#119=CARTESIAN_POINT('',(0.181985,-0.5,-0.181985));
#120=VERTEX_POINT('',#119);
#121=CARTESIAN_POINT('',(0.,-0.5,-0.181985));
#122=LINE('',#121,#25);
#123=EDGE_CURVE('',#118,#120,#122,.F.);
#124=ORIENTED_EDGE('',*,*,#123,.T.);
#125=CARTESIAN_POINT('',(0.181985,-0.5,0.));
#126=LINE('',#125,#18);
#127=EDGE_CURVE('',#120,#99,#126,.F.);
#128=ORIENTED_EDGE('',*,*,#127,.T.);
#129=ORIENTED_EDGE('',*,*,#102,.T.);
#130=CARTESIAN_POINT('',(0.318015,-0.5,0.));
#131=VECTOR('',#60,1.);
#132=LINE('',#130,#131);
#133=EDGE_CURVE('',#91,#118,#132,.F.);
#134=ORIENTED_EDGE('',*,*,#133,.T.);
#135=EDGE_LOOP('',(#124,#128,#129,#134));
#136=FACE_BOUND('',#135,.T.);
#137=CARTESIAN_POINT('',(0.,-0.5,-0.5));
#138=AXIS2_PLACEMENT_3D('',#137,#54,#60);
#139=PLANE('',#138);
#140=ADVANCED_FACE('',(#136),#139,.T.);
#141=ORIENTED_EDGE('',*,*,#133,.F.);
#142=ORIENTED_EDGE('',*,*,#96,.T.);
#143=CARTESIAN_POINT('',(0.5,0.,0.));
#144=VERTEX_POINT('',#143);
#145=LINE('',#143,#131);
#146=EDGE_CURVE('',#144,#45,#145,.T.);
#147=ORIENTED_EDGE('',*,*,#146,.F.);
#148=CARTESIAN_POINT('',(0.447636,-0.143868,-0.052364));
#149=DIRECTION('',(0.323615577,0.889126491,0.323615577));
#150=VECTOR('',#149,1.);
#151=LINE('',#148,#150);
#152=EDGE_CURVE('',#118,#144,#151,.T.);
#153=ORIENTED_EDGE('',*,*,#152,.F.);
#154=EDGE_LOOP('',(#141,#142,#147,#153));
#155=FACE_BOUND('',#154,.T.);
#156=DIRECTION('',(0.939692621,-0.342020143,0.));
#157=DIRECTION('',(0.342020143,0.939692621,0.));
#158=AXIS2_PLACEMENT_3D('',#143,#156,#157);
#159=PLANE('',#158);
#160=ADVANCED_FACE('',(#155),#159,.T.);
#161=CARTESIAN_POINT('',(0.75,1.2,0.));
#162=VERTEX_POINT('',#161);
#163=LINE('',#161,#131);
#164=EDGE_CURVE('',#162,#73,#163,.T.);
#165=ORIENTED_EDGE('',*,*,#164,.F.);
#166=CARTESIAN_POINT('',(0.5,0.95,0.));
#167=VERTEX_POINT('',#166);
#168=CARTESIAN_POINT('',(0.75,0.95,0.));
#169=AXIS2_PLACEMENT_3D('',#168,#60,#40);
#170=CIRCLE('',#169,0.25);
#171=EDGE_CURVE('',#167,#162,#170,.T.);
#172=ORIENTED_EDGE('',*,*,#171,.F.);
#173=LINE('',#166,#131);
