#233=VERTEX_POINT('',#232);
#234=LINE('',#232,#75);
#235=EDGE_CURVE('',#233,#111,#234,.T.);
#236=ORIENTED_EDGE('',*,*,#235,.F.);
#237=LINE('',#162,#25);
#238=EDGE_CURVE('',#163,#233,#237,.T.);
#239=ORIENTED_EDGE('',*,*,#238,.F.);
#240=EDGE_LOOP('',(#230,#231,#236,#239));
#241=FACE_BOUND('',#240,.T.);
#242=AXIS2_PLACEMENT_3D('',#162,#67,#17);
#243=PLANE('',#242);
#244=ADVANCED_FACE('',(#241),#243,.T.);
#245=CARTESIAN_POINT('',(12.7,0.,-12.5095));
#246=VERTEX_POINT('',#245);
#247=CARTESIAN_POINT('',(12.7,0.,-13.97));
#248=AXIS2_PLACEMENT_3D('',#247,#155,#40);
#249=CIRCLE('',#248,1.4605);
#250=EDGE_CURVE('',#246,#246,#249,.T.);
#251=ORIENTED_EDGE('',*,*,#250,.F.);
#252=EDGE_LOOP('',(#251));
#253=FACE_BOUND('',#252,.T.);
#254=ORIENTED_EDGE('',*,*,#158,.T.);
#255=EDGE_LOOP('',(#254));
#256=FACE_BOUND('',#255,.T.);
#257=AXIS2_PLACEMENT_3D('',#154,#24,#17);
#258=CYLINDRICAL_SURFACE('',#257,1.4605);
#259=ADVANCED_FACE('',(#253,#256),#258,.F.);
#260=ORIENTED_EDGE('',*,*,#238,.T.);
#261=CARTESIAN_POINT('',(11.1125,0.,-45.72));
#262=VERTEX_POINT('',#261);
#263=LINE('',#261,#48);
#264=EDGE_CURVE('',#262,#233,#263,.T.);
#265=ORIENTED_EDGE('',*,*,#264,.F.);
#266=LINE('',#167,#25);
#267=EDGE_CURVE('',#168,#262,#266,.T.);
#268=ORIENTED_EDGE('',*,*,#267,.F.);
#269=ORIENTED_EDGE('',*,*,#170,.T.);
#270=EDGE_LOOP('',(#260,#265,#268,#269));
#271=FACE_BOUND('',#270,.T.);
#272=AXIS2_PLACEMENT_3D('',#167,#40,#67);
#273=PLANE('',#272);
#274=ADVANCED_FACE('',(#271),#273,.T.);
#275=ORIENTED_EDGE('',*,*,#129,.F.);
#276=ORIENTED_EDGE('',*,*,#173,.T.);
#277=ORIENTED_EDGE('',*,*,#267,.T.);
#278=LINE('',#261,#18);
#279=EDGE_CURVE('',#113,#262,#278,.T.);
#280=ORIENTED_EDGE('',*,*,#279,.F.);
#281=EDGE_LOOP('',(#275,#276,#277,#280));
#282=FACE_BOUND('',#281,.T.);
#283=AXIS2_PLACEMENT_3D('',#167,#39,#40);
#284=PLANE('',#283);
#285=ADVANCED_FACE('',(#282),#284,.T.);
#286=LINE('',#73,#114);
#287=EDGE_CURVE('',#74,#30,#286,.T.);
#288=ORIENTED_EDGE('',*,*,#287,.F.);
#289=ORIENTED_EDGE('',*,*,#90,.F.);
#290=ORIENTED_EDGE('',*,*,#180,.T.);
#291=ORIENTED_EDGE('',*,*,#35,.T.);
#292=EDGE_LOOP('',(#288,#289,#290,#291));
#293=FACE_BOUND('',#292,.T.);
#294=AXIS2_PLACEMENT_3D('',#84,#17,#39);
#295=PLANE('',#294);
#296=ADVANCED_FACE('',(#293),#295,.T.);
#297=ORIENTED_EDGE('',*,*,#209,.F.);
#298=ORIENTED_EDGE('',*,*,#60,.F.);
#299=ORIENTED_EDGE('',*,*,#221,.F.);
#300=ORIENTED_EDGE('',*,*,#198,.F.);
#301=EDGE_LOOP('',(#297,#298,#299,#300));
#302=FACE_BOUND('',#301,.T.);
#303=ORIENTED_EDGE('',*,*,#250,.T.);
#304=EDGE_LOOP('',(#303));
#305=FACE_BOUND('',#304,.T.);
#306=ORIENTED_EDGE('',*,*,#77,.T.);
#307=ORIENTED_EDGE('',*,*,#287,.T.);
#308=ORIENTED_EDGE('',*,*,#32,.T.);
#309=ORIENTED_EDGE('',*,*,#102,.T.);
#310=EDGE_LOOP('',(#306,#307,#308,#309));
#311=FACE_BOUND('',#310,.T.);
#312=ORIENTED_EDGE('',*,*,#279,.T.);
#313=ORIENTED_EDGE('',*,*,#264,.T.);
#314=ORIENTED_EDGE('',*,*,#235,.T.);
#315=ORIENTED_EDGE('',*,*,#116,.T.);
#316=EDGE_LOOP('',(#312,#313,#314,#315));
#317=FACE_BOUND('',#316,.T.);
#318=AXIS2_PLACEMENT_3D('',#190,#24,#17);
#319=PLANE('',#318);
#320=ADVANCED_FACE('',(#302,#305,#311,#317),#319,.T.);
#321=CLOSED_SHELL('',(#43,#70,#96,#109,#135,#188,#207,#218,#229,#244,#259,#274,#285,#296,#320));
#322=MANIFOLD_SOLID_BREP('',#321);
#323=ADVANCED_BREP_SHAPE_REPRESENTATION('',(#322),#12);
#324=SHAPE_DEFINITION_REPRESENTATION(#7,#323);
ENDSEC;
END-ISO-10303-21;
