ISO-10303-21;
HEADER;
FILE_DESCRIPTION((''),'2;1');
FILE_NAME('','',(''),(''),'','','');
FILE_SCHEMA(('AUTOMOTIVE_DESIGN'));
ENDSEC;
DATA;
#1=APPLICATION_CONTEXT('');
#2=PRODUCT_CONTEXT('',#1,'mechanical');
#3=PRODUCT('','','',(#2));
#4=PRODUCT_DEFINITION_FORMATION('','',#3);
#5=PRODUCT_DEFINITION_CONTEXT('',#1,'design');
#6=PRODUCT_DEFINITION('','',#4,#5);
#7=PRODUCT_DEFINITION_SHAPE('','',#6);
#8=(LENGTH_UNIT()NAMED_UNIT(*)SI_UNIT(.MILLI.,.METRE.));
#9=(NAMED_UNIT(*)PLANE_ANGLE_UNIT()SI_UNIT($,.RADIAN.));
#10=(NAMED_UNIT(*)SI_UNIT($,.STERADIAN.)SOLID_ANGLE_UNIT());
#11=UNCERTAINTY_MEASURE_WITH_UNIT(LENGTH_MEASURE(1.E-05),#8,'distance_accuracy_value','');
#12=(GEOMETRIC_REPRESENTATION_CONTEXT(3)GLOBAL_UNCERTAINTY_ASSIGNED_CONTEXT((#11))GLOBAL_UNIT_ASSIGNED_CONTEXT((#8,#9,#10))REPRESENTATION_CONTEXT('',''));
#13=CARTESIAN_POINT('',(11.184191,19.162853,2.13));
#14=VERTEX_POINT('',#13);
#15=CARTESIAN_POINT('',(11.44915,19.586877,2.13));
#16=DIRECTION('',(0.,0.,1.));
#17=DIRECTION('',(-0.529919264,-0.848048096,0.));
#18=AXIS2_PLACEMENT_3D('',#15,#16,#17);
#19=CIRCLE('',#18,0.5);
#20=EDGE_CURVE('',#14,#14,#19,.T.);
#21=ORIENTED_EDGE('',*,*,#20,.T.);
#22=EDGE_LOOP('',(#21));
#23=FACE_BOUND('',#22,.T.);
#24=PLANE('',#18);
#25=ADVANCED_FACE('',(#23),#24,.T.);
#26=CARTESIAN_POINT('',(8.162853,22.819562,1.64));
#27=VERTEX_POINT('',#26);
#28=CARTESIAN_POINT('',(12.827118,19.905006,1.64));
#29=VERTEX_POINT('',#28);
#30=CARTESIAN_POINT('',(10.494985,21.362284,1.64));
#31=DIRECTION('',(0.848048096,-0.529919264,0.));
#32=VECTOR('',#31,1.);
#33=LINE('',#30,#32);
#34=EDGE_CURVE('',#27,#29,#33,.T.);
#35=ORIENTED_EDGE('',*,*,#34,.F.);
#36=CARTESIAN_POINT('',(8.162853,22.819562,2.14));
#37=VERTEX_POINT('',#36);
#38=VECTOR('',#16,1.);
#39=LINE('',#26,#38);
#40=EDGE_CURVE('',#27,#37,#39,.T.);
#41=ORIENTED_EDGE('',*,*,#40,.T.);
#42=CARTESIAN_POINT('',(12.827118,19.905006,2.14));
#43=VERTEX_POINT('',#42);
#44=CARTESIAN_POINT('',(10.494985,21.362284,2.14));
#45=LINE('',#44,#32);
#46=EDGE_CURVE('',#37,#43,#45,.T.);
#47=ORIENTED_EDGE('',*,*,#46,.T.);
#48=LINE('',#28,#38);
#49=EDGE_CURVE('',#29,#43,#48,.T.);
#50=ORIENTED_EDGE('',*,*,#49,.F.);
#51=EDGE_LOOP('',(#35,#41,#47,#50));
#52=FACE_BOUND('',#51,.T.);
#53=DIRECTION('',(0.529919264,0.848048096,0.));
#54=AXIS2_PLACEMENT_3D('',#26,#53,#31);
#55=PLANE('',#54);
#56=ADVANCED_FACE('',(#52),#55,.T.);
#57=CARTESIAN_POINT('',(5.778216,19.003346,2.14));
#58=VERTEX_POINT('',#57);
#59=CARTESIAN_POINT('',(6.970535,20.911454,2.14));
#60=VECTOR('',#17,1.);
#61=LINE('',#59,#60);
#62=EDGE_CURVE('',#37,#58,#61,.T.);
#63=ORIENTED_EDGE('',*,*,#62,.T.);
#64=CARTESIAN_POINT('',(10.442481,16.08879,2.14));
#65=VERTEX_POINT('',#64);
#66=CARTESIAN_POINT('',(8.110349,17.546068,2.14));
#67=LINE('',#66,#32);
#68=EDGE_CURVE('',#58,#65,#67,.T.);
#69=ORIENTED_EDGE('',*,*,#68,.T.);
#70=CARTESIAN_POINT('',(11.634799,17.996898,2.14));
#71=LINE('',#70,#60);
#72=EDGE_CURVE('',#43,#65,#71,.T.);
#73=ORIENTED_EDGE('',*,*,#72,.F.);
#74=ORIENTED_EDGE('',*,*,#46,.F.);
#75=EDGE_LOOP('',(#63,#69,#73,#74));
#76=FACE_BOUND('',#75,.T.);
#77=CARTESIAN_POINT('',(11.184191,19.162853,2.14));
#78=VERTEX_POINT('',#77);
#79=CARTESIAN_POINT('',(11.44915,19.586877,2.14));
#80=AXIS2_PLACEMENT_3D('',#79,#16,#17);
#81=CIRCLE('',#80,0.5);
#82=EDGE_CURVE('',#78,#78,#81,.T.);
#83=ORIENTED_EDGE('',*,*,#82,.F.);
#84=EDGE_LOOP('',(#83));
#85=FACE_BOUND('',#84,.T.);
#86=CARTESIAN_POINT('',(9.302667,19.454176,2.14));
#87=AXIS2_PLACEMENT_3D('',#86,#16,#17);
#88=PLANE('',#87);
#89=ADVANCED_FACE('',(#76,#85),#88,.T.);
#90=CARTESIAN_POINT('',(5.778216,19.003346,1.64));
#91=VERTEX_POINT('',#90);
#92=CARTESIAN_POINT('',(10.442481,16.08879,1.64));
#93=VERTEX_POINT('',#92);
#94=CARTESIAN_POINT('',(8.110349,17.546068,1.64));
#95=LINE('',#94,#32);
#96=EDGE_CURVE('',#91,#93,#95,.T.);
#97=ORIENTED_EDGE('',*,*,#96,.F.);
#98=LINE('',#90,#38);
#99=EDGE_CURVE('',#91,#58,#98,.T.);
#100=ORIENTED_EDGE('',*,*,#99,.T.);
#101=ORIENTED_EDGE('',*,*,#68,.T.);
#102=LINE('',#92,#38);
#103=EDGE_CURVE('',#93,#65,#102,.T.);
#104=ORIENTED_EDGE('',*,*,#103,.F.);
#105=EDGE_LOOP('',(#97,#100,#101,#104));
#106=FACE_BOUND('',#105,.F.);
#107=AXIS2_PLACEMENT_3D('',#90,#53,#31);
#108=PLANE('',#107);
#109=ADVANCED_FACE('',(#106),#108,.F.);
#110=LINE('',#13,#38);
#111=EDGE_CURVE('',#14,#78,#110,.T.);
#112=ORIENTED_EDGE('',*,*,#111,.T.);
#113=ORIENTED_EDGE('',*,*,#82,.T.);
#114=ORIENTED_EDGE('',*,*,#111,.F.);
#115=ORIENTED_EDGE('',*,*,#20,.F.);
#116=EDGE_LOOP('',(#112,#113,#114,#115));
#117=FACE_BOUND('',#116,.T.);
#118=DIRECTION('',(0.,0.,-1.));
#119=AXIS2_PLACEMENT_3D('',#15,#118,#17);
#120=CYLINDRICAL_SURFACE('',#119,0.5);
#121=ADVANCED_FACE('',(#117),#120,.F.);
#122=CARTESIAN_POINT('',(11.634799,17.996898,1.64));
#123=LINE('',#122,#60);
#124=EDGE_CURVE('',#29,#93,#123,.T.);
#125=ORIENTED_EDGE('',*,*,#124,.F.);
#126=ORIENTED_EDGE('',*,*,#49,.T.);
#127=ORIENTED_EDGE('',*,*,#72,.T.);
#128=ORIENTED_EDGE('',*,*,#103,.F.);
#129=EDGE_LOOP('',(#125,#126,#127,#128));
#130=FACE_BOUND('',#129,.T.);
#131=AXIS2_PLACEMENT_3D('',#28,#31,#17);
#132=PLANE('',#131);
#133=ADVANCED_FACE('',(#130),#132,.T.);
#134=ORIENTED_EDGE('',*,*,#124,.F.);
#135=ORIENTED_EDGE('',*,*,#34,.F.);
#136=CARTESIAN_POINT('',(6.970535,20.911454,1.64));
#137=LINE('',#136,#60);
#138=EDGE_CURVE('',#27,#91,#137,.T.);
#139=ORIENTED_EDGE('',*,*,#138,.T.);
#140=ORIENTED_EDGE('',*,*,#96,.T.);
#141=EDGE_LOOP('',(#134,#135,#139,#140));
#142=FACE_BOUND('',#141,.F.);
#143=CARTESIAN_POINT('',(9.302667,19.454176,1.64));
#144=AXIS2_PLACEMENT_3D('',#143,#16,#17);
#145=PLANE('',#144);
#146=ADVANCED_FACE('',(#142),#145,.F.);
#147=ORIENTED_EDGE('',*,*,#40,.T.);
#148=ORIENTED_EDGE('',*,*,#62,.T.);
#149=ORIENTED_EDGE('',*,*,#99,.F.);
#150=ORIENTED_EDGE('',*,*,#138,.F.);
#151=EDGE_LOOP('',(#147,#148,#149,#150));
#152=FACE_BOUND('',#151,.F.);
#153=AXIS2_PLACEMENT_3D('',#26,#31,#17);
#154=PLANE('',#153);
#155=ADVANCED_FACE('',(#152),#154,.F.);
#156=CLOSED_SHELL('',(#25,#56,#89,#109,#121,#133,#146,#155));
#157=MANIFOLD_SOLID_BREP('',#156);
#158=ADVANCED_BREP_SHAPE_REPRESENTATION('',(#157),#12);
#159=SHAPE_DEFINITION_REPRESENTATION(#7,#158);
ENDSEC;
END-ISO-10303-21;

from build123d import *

# Parameters (mm, degrees)
CYLINDER085_R          = 0.5
CYLINDER085_DEPTH      = 0.01
BOX182_W               = 4.5
BOX182_H               = 5.5
BOX182_DEPTH           = 0.5
CUT091_PLACEMENT_ANGLE = 122


with BuildPart() as cylinder085:
    # Cylinder085 → Cylinder085 (new body)
    with BuildSketch(Plane(origin=(1, 4.5, 0.49), x_dir=(1, 0, 0), z_dir=(0, 0, 1))):
        Circle(CYLINDER085_R)
    extrude(amount=CYLINDER085_DEPTH)


with BuildPart() as small_linbo3_plate092:
    # Box182 → Box182 (new body)
    with BuildSketch(Plane.XY):
        with Locations((2.25, 2.75)):
            Rectangle(BOX182_W, BOX182_H)
    extrude(amount=BOX182_DEPTH)

    # Cut091: cut Cylinder085
    add(cylinder085.part, mode=Mode.SUBTRACT)


with BuildPart() as small_linbo3_plate092_1:
    # Cut091 placement: moved
    add(small_linbo3_plate092.part.moved(Location((8.162853, 22.819562, 1.64))).rotate(Axis((8.162853, 22.819562, 1.64), (0, 0, -1)), CUT091_PLACEMENT_ANGLE))


solid = small_linbo3_plate092_1.part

* **What you are asked to do**
Out of the entries, report each line that contains the word "VECTOR".

* **Answer area**
#131=VECTOR('',#60,1.);
#150=VECTOR('',#149,1.);
#32=VECTOR('',#31,1.);
#38=VECTOR('',#16,1.);
#60=VECTOR('',#17,1.);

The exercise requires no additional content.